Санитарная машина (не та старая колымага, а «додж» — (мэйд ин USA с металлическим фургоном) и весь персонал укрылись за вытянутой постройкой красно-кирпичного коровника, потому что противник осатанело сопротивлялся, словно решил обязательно помереть на этом Тельтовом канале. Доктор выдвинулся так далеко вперед и так опасно, чтобы быть как можно ближе к танковым экипажам, автоматчикам десанта и группе своего комбрига. Если впереди что-нибудь стрясется, то сразу: вот они мы!.. Ведь с кем-то ежеминутно что-то случается. И тут случится. По-другому не бывает… И его сразу вызовут. И будут кричать:

— Доктора! Капитана Идельчика сюда!..

Мина угодила в кучу не то перегноя, не то навоза, неподалеку от того места, где стоял врач. Осколок с перепелиным фырком пропорол все, что было на нем надето… и живот… Адский холод пронзил его от макушки до пят. А в следующее мгновение было слово: «Боже! Спаси!». Он захватил обеими руками живот и только тут догадался, что рана очень большая. Даже трудно было понять, какая она — ошметки обмундирования, белье, ремень перемешались с внутренностями.

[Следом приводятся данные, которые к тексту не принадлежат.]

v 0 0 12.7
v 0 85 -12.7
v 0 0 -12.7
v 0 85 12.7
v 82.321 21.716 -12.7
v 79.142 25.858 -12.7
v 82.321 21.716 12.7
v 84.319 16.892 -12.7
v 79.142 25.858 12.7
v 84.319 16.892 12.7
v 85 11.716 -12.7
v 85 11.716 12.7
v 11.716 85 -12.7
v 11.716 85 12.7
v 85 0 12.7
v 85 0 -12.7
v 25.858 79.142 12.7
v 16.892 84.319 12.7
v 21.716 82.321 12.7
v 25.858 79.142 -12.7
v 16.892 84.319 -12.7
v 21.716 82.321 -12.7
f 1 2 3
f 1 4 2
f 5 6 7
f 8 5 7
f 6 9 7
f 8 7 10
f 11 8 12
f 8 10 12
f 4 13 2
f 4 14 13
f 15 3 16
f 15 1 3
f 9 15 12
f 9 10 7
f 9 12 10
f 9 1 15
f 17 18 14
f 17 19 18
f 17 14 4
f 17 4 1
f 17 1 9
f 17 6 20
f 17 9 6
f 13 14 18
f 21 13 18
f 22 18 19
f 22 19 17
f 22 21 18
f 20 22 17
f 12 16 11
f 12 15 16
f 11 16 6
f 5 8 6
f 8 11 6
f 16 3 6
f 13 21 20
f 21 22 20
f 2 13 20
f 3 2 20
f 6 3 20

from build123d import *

# Parameters (mm, degrees)
BOSS_EXTRUDE1_DEPTH = 12.7
FILLET1_R           = 20


with BuildPart() as part:
    # Sketch1 → Boss-Extrude1 (new, symmetric)
    with BuildSketch(Plane.XY):
        Polygon((0, 0), (85, 0), (85, 20), (20, 85), (0, 85), align=None)
    extrude(amount=BOSS_EXTRUDE1_DEPTH, both=True)

    # Fillet1
    fillet1_edges = [part.edges().sort_by_distance(p)[0] for p in [
        (20, 85, 0),
        (85, 20, 0),
    ]]
    fillet(fillet1_edges, radius=FILLET1_R)


solid = part.part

— Санита-а-ары! — он успел крикнуть. — Скорее…

Его услышали и тут же кинулись…

Он проговорил:

— Тре-бу-ха, — и никак не мог растопыренными ладонями удержать вываливающийся кишечник…

К краю обрыва бежали двое с носилками. За ними на коротких крепких ногах мчался только-только подъехавший начальник боепитания Перфильев. Доктора осторожно укладывали на носилки.

— Саша, Саша… Как же это тебя, Са-Ша?! — причитал начбой, не зная, с какой стороны к нему подступиться. — Вот, гранаты им везу… И снаряды… А? Саша?.. Вот гранаты — шесть ящиков… А взрывателей нет — смехота!.. Скажи, где я им возьму взрыватели?.. Если их нету?! Упер кто-то.

— Стоп, — сказал Идельчик и сквозь пронзительную боль умудрился произнести:

— Сколько раз повторять: раненного в живот переносят с согнутыми в коленях ногами.

Виноватые санитары (а они всегда пожилые и новые— их всегда учить заново) согнули ему ноги в коленях, перехватили окровавленным офицерским ремнем, закрепили, подняли носилки и затрусили к каменной постройке.

Он еще раз остановил их.

— Перфиша, дорогой, — простонал доктор, — скажи им… До медсанбата сколько?..

— Шестьдесят два — шестьдесят три, — с готовностью выкрикнул как глухому Перфильев.

Идельчик протяжно выдохнул со свистом:

— Пеериитониит…

— Ты, Саша, не боись. Не боись, Саша! Здесь дороги— сплошной автобан! Поднажать, и за час можно…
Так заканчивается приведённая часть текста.